Sheldon blinked. "Was he a physicist, too?"

"I don't know. The only reason I do know is because Matty let a little bit slip out after too much wine at a wedding once. Now you see, that's why alcohol is the devil's drink and I—"

"—Mother!"

"Oh, right, right. She told me in drunken confidence that he invented things."

Sheldon perked up. "What kind of things?"

"All sorts. Instruments of some kind. Navy stuff mostly, technical stuff. She didn't understand much of it. She said he told her was going to build the biggest submarine in the world. Well, if it was anything like that Spruce Goose airplane, we all know how that turned out."

"A boat?" Sheldon deflated, his shoulders drooping. "That was his big invention?"

"The man was well thought of and highly respected. She knew that for a fact."

"What'd he look like?"

"Nice try, but she wasn't that drunk."

Sheldon lowered his head. "So grandmother Claire was illegitimate."

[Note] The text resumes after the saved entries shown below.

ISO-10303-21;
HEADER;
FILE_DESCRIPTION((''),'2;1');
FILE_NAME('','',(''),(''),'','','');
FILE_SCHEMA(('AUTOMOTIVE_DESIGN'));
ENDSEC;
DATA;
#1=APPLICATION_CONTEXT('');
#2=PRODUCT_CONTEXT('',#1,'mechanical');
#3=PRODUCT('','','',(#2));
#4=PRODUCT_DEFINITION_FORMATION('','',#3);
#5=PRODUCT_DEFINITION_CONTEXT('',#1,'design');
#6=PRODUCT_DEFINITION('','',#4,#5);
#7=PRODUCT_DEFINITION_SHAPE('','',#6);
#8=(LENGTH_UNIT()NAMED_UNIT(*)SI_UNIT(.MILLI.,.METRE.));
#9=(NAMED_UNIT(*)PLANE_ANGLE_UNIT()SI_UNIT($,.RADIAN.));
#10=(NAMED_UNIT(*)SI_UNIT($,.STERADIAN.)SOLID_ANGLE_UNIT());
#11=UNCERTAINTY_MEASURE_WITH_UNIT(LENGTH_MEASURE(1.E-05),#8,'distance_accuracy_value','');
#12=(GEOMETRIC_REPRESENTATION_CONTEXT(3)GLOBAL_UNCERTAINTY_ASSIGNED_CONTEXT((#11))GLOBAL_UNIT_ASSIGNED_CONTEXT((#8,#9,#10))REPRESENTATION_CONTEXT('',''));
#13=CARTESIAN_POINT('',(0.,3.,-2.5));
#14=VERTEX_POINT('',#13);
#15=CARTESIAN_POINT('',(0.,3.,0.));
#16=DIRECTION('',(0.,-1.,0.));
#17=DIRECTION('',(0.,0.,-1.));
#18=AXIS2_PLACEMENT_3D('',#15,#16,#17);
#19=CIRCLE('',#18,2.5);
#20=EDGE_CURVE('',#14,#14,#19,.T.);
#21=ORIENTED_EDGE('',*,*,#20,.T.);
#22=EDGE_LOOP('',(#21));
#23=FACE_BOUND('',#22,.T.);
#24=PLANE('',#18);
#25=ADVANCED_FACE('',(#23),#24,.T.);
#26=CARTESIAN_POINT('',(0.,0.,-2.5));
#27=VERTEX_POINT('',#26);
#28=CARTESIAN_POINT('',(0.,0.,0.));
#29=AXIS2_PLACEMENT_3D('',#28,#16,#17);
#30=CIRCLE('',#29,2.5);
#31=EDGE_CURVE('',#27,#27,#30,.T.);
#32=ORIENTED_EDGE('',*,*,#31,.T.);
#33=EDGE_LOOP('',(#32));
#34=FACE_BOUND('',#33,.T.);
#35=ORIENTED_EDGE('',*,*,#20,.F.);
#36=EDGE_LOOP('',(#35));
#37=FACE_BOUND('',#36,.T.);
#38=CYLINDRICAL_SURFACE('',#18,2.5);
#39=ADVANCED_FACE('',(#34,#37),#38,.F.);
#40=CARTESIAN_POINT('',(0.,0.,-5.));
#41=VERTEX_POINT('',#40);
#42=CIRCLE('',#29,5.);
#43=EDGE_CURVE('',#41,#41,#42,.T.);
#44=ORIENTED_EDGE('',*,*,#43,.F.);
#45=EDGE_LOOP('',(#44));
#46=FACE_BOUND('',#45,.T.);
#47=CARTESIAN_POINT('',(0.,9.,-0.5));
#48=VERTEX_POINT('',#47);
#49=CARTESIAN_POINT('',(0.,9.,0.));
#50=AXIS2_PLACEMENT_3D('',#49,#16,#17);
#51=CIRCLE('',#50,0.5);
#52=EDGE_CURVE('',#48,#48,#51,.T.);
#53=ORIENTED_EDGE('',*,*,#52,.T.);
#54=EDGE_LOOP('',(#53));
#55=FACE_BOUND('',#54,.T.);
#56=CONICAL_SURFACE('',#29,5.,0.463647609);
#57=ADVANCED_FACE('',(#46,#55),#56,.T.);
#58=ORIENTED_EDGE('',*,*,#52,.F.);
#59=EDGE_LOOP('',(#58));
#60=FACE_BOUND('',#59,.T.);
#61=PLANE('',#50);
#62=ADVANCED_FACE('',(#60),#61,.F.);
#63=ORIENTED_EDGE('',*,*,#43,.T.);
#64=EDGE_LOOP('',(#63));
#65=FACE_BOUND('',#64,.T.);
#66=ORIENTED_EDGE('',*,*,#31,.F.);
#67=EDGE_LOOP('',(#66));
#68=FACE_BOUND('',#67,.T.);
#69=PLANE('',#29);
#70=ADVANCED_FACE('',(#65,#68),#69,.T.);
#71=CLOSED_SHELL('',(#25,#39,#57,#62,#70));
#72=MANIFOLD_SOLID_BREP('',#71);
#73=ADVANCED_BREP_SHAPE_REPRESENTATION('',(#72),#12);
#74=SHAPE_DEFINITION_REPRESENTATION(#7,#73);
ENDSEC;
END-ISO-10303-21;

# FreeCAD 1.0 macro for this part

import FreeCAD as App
import Part
import Sketcher
Q = App.Units.Quantity

doc = App.newDocument("Part")
body = doc.addObject("PartDesign::Body", "Body")

# Sketch on XY plane
sketch1 = body.newObject("Sketcher::SketchObject", "Sketch")
sketch1.AttachmentSupport = (doc.getObject("XY_Plane"), [""])
sketch1.MapMode = "FlatFace"
sketch1.addGeometry(Part.LineSegment(App.Vector(0, 0, 0), App.Vector(5, 0, 0)), False)
sketch1.addGeometry(Part.LineSegment(App.Vector(5, 0, 0), App.Vector(0, 10, 0)), False)
sketch1.addGeometry(Part.LineSegment(App.Vector(0, 10, 0), App.Vector(0, 0, 0)), False)
sketch1.addConstraint(Sketcher.Constraint("Coincident", 0, 2, 1, 1))
sketch1.addConstraint(Sketcher.Constraint("Coincident", 1, 2, 2, 1))
sketch1.addConstraint(Sketcher.Constraint("Coincident", 2, 2, 0, 1))
sketch1.addConstraint(Sketcher.Constraint("Horizontal", 0))
sketch1.addConstraint(Sketcher.Constraint("Vertical", 2))
sketch1.addConstraint(Sketcher.Constraint("Coincident", 2, 2, -1, 1))
sketch1.addConstraint(Sketcher.Constraint("DistanceX", 0, 1, 0, 2, Q("5 mm")))
sketch1.addConstraint(Sketcher.Constraint("DistanceY", 2, 2, 2, 1, Q("10 mm")))
revolution = body.newObject("PartDesign::Revolution", "Revolution")
revolution.Profile = sketch1
revolution.ReferenceAxis = (sketch1, ["V_Axis"])
revolution.Angle = 360

# Sketch on XZ plane
sketch2 = body.newObject("Sketcher::SketchObject", "Sketch001")
sketch2.AttachmentSupport = (doc.getObject("XZ_Plane"), [""])
sketch2.MapMode = "FlatFace"
sketch2.AttachmentOffset = App.Placement(App.Vector(0, 0, -9), App.Rotation())
sketch2.addGeometry(Part.Circle(App.Vector(0, 0, 0), App.Vector(0, 0, 1), 0.5), False)
sketch2.addConstraint(Sketcher.Constraint("Coincident", 0, 3, -1, 1))
sketch2.addConstraint(Sketcher.Constraint("Diameter", 0, Q("1 mm")))
pocket1 = body.newObject("PartDesign::Pocket", "Pocket")
pocket1.Profile = sketch2
pocket1.Length = 10

# Sketch on XZ plane
sketch3 = body.newObject("Sketcher::SketchObject", "Sketch002")
sketch3.AttachmentSupport = (doc.getObject("XZ_Plane"), [""])
sketch3.MapMode = "FlatFace"
sketch3.addGeometry(Part.Circle(App.Vector(0, 0, 0), App.Vector(0, 0, 1), 2.5), False)
sketch3.addConstraint(Sketcher.Constraint("Coincident", 0, 3, -1, 1))
sketch3.addConstraint(Sketcher.Constraint("Diameter", 0, Q("5 mm")))
pocket2 = body.newObject("PartDesign::Pocket", "Pocket001")
pocket2.Profile = sketch3
pocket2.Length = 3

doc.recompute()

"Whoa, now, you just stop right there! Memaw Claire's bloodline might have been askew, but no one can ever say she wasn't wanted or cherished. Richard Fortner loved your G.G. Matilda from the minute he set eyes on her in the first grade. And when Matty came home from the service with her extra package, Richard had her wed before she had her suitcases unpacked. Most important, they were happy and they loved your memaw. And seeing the way things turned out afterwards, with Richard firing blanks and all, they came to consider the incident as a God-given blessing."

"So she never told you anything more about the man's identity?"

"Wasn't a need too. They loved each other and that was all that mattered."

Sheldon blinked. "Rats." His disappointment suddenly vanished, his eyes filling with gleam. "The Nelson Institute in Santa Barbara, California builds some of the biggest submarines to date—strictly research subs, of course—so I wonder if they can tell me anything. They did build the S.S.R.N Seaview after all. I'd love to see her. They must know who'd be capable of-"

Mary slammed her palm down on the table so fast and hard it made Sheldon jump. "No! She leaned forward boring her eyes into his, emphasizing her intent. "It stops right here, right now! You understand me? They were happy, leave it at that."

Sheldon matched her stoic gaze for a long time, as Mary knew he would. His stubbornness was infamous. But she couldn't let him win. And when she saw his eye twitch, Mary knew she had him! Seconds later, he broke into his signature smile.

"Can we have breakfast now?"

. . . . . . . . . .

For those who have never seen Voyage to the Bottom of the Sea, the show was created in the 1960s by Irwin Allen, who also gave the world Lost in Space, Time Tunnel, and Land of the Giants. The episodes centered around the S.S.R.N. Seaview (the largest, fastest submarine in the world), her genius inventor, Admiral Harriman Nelson, and her numerous crew, particularly Captain Lee Crane and Lt. Commander Chip Morton.